Un texte qui parle du pouvoir des livres, de l'amitié qu'on peut éprouver pour eux, et qui rappellera sans doute le Morwenna de Jo Walton (Prix Hugo, comme l'est ce texte-ci, et pour les mêmes raisons).

L. L. Kloetzer offre, avec Ourobouros, une nouvelle trépidante dans le monde de Anamnèse de Lady Star. Il nous donne à voir Celephaïs, un habitat spatial. Géographie, technologie, organisation et dissension sociales, jeux de pouvoir et intrigues politiques. Tout y est, tout ceci sans avoir l'air d'y toucher, à travers une course contre ghost dont on sort ébouriffé tant on en ressent la vitesse. De la belle ouvrage.
Un monde, jusqu'ici seulement entr'aperçu, dans lequel se déploiera peut-être un jour un nouveau récit. Espérons-le.

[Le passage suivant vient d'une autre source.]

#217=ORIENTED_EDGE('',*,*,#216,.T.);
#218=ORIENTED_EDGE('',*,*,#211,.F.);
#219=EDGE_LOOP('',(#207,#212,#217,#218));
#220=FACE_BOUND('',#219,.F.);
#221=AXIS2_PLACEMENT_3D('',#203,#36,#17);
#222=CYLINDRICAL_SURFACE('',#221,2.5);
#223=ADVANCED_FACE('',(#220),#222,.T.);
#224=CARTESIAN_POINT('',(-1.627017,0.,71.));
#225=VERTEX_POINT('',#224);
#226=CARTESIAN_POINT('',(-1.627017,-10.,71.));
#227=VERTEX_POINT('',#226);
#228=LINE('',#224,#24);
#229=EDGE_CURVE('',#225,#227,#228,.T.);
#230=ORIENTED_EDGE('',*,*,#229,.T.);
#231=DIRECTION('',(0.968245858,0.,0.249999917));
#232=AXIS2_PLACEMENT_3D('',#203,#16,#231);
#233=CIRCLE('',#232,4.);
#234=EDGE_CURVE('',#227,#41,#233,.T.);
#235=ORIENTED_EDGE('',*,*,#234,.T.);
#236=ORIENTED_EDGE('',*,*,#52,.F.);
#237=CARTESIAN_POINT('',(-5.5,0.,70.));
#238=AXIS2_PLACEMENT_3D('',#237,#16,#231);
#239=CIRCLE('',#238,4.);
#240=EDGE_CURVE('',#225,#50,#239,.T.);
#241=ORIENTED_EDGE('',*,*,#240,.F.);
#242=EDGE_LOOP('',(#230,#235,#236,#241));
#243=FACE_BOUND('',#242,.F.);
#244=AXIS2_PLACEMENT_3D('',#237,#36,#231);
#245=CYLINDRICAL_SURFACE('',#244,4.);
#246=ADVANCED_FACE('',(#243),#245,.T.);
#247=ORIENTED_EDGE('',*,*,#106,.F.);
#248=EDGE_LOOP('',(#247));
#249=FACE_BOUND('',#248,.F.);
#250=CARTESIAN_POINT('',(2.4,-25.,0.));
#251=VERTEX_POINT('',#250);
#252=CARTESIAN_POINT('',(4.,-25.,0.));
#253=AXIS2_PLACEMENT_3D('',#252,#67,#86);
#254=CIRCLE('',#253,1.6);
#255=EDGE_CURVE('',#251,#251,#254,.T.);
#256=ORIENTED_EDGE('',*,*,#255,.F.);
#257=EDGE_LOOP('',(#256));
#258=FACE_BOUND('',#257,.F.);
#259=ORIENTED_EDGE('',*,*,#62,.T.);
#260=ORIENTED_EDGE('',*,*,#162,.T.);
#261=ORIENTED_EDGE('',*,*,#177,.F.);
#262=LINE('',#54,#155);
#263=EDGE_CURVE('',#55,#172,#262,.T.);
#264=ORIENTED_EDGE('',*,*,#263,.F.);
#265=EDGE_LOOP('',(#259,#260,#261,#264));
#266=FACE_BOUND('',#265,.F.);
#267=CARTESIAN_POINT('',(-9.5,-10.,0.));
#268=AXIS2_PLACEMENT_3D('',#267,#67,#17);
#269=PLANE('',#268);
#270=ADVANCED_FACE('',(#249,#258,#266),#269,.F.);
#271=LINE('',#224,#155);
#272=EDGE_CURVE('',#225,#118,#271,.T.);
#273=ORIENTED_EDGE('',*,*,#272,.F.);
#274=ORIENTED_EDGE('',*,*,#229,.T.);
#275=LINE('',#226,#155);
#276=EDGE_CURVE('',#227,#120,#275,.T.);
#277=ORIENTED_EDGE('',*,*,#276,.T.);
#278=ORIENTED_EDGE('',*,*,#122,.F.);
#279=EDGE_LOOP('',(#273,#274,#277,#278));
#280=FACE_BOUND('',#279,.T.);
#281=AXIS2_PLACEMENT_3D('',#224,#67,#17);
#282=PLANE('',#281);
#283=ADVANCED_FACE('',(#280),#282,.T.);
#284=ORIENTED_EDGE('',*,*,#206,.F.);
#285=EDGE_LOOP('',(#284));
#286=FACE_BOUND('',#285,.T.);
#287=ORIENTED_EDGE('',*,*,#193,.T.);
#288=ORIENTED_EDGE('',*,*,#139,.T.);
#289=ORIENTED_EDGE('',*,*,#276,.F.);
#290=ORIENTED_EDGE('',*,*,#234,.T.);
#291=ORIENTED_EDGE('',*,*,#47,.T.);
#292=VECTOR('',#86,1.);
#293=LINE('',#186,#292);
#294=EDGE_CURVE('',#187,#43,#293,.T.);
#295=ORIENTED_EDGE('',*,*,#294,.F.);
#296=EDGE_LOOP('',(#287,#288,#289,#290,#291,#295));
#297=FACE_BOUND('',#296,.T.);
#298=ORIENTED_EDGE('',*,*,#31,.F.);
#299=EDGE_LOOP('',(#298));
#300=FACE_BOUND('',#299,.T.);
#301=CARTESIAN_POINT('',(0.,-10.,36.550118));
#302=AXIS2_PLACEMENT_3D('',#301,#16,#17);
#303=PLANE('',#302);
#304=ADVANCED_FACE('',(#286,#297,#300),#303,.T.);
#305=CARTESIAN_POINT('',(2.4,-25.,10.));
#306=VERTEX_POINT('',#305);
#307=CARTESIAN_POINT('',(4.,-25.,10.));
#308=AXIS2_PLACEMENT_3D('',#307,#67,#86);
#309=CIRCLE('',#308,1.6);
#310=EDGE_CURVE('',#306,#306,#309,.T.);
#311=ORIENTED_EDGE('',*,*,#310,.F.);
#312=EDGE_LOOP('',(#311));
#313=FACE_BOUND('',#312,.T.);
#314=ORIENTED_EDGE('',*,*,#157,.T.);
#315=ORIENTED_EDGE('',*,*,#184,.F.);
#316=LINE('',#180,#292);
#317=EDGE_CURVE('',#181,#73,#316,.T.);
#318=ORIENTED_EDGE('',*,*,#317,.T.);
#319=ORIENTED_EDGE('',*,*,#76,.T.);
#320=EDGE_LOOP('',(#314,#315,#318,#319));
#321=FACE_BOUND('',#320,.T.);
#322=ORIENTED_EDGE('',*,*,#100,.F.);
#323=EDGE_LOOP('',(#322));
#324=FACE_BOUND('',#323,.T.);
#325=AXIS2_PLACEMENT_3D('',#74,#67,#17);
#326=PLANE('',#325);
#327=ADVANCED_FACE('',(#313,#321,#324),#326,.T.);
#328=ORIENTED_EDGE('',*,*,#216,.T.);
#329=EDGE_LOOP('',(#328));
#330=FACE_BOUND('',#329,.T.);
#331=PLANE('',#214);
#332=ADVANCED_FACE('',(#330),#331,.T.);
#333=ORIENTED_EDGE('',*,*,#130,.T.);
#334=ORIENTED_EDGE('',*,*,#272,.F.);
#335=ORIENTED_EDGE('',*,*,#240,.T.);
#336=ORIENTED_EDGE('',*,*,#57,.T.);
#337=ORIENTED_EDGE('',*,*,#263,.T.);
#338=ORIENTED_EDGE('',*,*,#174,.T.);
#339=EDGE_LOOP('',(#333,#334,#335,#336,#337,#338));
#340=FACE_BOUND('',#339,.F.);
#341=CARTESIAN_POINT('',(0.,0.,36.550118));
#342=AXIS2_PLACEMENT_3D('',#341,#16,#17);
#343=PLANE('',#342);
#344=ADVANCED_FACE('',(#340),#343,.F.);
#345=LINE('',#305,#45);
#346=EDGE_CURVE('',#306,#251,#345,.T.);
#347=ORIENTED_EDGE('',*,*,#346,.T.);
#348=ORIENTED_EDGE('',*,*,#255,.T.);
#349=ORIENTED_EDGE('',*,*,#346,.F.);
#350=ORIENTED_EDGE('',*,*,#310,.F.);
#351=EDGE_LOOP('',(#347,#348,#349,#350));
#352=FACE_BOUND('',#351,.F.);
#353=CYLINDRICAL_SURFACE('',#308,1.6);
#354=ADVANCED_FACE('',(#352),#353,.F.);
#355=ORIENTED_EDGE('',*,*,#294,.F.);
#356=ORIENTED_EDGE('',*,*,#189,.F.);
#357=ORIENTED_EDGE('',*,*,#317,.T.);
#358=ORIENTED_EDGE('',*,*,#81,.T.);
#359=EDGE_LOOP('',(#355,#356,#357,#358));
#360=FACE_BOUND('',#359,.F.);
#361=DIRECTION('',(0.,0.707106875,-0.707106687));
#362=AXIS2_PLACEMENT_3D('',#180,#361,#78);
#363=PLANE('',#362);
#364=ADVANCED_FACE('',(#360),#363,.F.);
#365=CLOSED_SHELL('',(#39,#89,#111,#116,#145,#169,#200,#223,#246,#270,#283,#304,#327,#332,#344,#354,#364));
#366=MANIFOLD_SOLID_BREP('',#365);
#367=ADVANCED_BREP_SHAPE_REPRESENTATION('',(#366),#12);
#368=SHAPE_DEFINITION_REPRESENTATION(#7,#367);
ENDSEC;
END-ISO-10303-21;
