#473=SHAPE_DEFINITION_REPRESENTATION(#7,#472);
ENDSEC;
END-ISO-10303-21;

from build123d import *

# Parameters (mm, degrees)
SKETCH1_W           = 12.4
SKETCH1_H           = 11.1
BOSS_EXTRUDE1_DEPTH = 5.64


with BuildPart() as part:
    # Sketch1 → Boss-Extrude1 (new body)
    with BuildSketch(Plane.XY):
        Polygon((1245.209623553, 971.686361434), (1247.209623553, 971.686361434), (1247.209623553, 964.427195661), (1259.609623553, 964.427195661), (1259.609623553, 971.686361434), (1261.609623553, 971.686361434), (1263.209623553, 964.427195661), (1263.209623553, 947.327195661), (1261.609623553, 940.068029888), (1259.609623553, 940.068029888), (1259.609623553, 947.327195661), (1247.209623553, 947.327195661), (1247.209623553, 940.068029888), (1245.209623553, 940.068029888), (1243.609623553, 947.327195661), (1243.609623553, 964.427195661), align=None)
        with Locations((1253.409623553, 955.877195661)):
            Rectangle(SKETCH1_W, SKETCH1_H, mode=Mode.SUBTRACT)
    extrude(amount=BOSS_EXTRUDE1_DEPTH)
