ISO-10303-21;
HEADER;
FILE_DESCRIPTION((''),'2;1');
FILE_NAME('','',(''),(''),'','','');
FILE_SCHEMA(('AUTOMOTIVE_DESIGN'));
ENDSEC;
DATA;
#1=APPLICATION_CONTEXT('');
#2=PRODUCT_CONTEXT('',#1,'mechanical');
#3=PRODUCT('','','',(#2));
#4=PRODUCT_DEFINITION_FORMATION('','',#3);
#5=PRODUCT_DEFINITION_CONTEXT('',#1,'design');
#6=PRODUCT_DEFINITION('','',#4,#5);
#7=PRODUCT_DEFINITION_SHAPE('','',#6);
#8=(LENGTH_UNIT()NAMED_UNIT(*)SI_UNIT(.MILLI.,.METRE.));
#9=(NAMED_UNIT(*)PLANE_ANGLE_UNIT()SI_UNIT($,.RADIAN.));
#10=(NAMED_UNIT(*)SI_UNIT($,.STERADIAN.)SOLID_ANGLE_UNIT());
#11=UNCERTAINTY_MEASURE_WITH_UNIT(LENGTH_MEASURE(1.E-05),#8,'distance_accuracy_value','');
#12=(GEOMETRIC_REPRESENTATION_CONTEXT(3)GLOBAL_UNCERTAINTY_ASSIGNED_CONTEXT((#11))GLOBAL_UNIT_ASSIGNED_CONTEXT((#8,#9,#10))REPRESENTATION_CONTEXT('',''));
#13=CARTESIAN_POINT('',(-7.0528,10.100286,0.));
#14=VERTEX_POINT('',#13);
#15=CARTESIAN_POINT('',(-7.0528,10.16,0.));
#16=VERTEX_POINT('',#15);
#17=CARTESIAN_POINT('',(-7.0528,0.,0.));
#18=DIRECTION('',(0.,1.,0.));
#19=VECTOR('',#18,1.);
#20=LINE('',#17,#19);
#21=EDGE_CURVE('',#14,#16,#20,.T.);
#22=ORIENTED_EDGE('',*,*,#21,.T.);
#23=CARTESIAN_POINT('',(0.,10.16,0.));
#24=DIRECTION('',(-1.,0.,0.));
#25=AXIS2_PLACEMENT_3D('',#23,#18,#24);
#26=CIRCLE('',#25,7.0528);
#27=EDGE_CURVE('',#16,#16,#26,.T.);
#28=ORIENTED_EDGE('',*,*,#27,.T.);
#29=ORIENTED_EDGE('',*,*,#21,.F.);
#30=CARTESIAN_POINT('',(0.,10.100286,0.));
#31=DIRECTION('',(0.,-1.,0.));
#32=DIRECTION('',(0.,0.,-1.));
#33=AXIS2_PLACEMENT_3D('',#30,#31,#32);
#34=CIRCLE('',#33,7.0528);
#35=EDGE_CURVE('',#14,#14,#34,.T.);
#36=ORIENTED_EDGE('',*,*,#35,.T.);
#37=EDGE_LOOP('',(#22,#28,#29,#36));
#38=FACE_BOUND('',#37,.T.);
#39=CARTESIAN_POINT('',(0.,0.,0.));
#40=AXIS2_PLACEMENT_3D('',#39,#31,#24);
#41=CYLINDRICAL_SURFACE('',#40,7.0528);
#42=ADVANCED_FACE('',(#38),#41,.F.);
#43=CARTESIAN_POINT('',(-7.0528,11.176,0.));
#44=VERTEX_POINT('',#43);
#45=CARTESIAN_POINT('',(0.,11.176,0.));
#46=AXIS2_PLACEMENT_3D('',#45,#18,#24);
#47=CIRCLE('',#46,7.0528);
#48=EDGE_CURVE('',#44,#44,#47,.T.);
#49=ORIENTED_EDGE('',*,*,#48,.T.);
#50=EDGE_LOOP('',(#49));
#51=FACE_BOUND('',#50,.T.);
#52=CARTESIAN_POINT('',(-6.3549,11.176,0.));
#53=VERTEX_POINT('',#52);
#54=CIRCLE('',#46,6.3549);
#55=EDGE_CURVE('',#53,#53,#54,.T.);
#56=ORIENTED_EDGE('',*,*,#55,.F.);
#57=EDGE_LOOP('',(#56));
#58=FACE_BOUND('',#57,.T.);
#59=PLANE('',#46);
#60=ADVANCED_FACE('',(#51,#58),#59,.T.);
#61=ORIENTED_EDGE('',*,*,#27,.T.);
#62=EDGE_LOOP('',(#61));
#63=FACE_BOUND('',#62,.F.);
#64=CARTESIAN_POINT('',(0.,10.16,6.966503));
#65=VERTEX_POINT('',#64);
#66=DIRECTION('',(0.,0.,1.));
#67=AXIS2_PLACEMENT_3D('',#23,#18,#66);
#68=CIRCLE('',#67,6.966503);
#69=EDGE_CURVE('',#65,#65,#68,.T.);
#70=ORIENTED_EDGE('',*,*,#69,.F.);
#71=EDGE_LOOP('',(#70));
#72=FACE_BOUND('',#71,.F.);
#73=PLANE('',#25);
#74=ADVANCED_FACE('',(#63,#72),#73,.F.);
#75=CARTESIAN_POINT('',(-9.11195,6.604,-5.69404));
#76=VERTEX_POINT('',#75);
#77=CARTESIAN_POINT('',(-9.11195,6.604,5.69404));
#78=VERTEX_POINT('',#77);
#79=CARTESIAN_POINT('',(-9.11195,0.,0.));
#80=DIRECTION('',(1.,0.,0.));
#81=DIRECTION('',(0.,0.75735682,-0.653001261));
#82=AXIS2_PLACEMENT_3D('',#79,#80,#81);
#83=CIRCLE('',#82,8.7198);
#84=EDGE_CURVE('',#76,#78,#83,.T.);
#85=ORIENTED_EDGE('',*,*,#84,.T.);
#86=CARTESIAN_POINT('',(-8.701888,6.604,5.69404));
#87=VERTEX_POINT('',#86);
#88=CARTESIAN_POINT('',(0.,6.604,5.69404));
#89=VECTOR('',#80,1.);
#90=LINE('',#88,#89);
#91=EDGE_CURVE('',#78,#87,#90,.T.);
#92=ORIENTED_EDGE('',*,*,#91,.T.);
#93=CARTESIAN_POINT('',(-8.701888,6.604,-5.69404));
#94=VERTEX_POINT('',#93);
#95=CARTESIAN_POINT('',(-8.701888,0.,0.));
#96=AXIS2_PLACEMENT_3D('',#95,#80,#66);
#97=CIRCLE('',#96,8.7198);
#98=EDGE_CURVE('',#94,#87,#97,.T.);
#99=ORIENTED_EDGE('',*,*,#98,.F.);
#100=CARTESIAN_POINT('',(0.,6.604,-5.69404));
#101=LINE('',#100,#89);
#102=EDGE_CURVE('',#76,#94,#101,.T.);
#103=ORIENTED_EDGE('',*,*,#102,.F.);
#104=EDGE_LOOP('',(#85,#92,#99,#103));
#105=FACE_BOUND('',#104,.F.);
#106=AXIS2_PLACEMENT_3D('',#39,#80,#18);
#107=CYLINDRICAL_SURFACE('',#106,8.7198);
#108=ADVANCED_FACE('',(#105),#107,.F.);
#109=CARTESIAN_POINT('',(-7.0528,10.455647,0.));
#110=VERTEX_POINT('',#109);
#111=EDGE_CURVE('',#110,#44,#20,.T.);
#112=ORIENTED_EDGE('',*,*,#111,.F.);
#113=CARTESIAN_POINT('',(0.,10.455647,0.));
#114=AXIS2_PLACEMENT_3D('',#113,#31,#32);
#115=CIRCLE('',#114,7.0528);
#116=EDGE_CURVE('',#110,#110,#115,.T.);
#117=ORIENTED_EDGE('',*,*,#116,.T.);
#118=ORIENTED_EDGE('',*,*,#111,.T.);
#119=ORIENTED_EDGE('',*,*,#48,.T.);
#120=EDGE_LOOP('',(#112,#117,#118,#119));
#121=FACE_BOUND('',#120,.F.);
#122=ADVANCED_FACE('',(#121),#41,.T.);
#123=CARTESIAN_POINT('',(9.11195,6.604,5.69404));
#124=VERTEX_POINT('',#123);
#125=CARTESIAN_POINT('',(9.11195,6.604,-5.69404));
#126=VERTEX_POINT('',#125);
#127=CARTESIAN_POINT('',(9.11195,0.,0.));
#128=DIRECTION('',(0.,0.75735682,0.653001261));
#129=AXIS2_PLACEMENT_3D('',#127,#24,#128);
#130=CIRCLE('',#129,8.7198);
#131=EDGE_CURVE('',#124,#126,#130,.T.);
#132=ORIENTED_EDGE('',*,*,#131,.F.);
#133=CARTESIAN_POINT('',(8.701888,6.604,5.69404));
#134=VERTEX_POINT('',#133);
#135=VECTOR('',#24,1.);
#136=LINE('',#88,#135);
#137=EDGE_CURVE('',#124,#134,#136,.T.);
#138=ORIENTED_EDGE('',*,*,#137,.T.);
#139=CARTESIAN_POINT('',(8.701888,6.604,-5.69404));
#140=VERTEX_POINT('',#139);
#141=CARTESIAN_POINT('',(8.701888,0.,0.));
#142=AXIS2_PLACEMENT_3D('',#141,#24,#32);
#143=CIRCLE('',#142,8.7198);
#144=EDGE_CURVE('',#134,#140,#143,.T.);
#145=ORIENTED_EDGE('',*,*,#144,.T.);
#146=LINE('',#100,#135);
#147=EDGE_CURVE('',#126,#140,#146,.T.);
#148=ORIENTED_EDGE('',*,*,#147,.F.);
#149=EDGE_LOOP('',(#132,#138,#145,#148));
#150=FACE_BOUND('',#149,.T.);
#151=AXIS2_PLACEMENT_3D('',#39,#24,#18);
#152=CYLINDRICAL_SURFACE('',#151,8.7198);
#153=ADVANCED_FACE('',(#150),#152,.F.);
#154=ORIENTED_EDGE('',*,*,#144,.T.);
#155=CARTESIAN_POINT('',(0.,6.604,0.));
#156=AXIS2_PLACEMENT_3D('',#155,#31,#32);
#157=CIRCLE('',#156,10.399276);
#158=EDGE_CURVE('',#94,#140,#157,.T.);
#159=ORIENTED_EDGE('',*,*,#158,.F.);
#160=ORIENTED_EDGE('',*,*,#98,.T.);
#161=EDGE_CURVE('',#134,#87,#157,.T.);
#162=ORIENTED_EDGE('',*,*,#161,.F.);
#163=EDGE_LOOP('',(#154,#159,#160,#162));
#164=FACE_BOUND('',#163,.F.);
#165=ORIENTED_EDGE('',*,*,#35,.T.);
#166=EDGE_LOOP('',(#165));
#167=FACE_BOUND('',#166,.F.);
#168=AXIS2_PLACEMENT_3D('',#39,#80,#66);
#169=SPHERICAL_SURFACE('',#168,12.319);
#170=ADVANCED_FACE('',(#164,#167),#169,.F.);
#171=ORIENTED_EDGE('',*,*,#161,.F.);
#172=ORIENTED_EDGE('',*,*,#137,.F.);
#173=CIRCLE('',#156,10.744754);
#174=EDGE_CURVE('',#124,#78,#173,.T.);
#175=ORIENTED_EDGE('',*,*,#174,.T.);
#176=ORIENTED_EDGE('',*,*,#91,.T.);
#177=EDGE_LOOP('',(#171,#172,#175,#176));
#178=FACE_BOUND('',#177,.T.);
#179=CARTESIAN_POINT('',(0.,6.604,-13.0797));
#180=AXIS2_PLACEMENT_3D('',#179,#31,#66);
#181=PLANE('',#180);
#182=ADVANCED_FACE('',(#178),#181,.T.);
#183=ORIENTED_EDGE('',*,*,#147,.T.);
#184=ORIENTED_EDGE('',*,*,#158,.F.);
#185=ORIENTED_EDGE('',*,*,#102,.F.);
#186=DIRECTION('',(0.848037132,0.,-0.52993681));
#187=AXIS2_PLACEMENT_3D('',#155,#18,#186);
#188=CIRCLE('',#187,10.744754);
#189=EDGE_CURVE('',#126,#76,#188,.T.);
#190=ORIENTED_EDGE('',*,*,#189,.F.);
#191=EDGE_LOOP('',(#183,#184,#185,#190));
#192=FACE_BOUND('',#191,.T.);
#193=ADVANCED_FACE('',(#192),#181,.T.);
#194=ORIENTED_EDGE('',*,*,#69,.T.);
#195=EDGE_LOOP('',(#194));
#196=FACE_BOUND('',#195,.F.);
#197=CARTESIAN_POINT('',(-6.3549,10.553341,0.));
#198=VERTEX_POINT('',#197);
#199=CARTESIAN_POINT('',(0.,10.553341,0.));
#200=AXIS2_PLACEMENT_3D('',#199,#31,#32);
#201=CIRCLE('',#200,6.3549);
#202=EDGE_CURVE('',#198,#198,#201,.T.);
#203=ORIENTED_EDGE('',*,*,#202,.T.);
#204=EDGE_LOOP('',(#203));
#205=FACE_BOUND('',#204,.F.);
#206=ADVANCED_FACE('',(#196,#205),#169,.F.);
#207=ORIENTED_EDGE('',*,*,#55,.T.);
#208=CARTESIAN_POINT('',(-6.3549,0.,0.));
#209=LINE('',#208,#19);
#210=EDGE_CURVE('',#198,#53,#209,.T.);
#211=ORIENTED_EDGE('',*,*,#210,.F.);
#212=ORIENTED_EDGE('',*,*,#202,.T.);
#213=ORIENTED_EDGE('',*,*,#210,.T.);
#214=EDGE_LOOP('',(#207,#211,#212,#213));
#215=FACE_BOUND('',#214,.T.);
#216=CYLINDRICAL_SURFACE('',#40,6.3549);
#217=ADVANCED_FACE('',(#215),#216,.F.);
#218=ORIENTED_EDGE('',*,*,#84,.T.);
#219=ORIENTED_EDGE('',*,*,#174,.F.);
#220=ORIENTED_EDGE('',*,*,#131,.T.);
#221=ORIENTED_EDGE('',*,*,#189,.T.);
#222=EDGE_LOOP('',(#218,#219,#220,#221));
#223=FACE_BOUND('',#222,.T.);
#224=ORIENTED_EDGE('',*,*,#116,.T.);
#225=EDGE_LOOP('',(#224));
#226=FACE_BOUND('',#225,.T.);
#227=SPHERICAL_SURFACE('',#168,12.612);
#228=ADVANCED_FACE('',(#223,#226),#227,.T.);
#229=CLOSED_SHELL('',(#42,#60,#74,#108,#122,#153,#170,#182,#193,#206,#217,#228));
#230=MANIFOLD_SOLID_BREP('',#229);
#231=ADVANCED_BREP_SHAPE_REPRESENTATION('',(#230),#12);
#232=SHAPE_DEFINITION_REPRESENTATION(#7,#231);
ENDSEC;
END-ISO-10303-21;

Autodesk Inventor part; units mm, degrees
ref_plane "XY Plane" through (0, 0, 0) normal (0, 0, 1) x (1, 0, 0)
sketch "Sketch1" plane through (0, 0, 0) normal (0, 1, 0) x (-1, 0, 0)
  circle A0 centre (0, 0) radius 12.612
  line L0 (12.612, 0) -> (-12.612, 0)
  circle A1 centre (0, 0) radius 21.59
  dimension "d29" = 43.18
revolve "Revolution1" add sketch "Sketch1" angle 360 about axis through (-12.612, 0, 0) along (1, 0, 0) contours L0 A0 | A0 L0
sketch "Sketch2" plane through (0, 0, 0) normal (0, 1, 0) x (-1, 0, 0)
  circle A0 centre (0, 0) radius 6.3549
extrude "Extrusion1" cut sketch "Sketch2" along normal mid plane 25.4
hole "Hole1" [suppressed]
hole "Hole2" [suppressed]
sketch "Sketch3" plane through (0, 0, 0) normal (0, 1, 0) x (-1, 0, 0)
  point P0 (0, 0)
sketch "Sketch4" plane through (0, 0, 0) normal (1, 0, 0) x (0, 1, 0)
  line L0 (6.604, 13.4644) -> (-12.0538, 13.4644)
  line L1 (-12.0538, 13.4644) -> (-12.0538, -13.0797)
  line L2 (-12.0538, -13.0797) -> (6.604, -13.0797)
  line L3 (6.604, -13.0797) -> (6.604, 13.4644)
  point P0 (0, 0)
extrude "Extrusion2" cut sketch "Sketch4" along normal mid plane 30.48
sketch "Sketch5" plane through (0, 0, 0) normal (1, 0, 0) x (0, 1, 0)
  circle A0 centre (0, 0) radius 8.7198
extrude "Extrusion3" cut sketch "Sketch5" along normal mid plane 30.48
sketch "Sketch6" plane through (0, 0, 0) normal (0, 1, 0) x (-1, 0, 0)
  circle A0 centre (0, 0) radius 6.3549
  circle A1 centre (0, 0) radius 7.0528
extrude "Extrusion4" add sketch "Sketch6" along normal blind 11.176
sketch "Sketch7" plane through (0, 0, 0) normal (0, 1, 0) x (-1, 0, 0)
  circle A0 centre (0, 0) radius 6.3549
  circle A1 centre (0, 0) radius 7.0528
extrude "Extrusion5" cut sketch "Sketch7" along normal blind 10.16
sketch "Sketch8" plane through (0, 0, 0) normal (0, 1, 0) x (-1, 0, 0)
  point P0 (0, 0)
sketch "Sketch9" plane through (0, 0, 0) normal (0, 1, 0) x (-1, 0, 0)
  circle A0 centre (0, 0) radius 12.319
  line L0 (12.319, 0) -> (-12.319, 0)
  dimension "d30" = 24.638
revolve "Revolution2" cut sketch "Sketch9" angle 360 about axis through (-12.319, 0, 0) along (1, 0, 0)
properties part number "side"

Et enfin, le choc. Par les visages, d'Olivier Caruso, est une nouvelle science-fictive. On y voit une maladie inédite et dévastatrice se déployer dans Paris alors que la sœur jumelle de l'héroïne tourne dans l'ISS. Pendant qu'en bas tout s'effondre rapidement, en haut on fait une découverte stupéfiante.
D'une situation normale, et presque jacksonienne, Caruso fait basculer son monde dans un merdier rigolard et délirant qui rappelle les meilleures pages de Vian avant de montrer que la rigolade est finie et de lorgner vers Vandermeer ou Kiernan. Le texte, par sa progression maîtrisée, par l'inexorable montée aux extrêmes qui rencontre puis dépasse la phase de déni jusqu'à la laisser si loin derrière qu'elle pourrait n'avoir jamais existé, est véritablement bluffant.
Il est question d'une novella à suivre. YES !
PS : Un texte où on envoie chier le Spritz ne peut pas être foncièrement mauvais.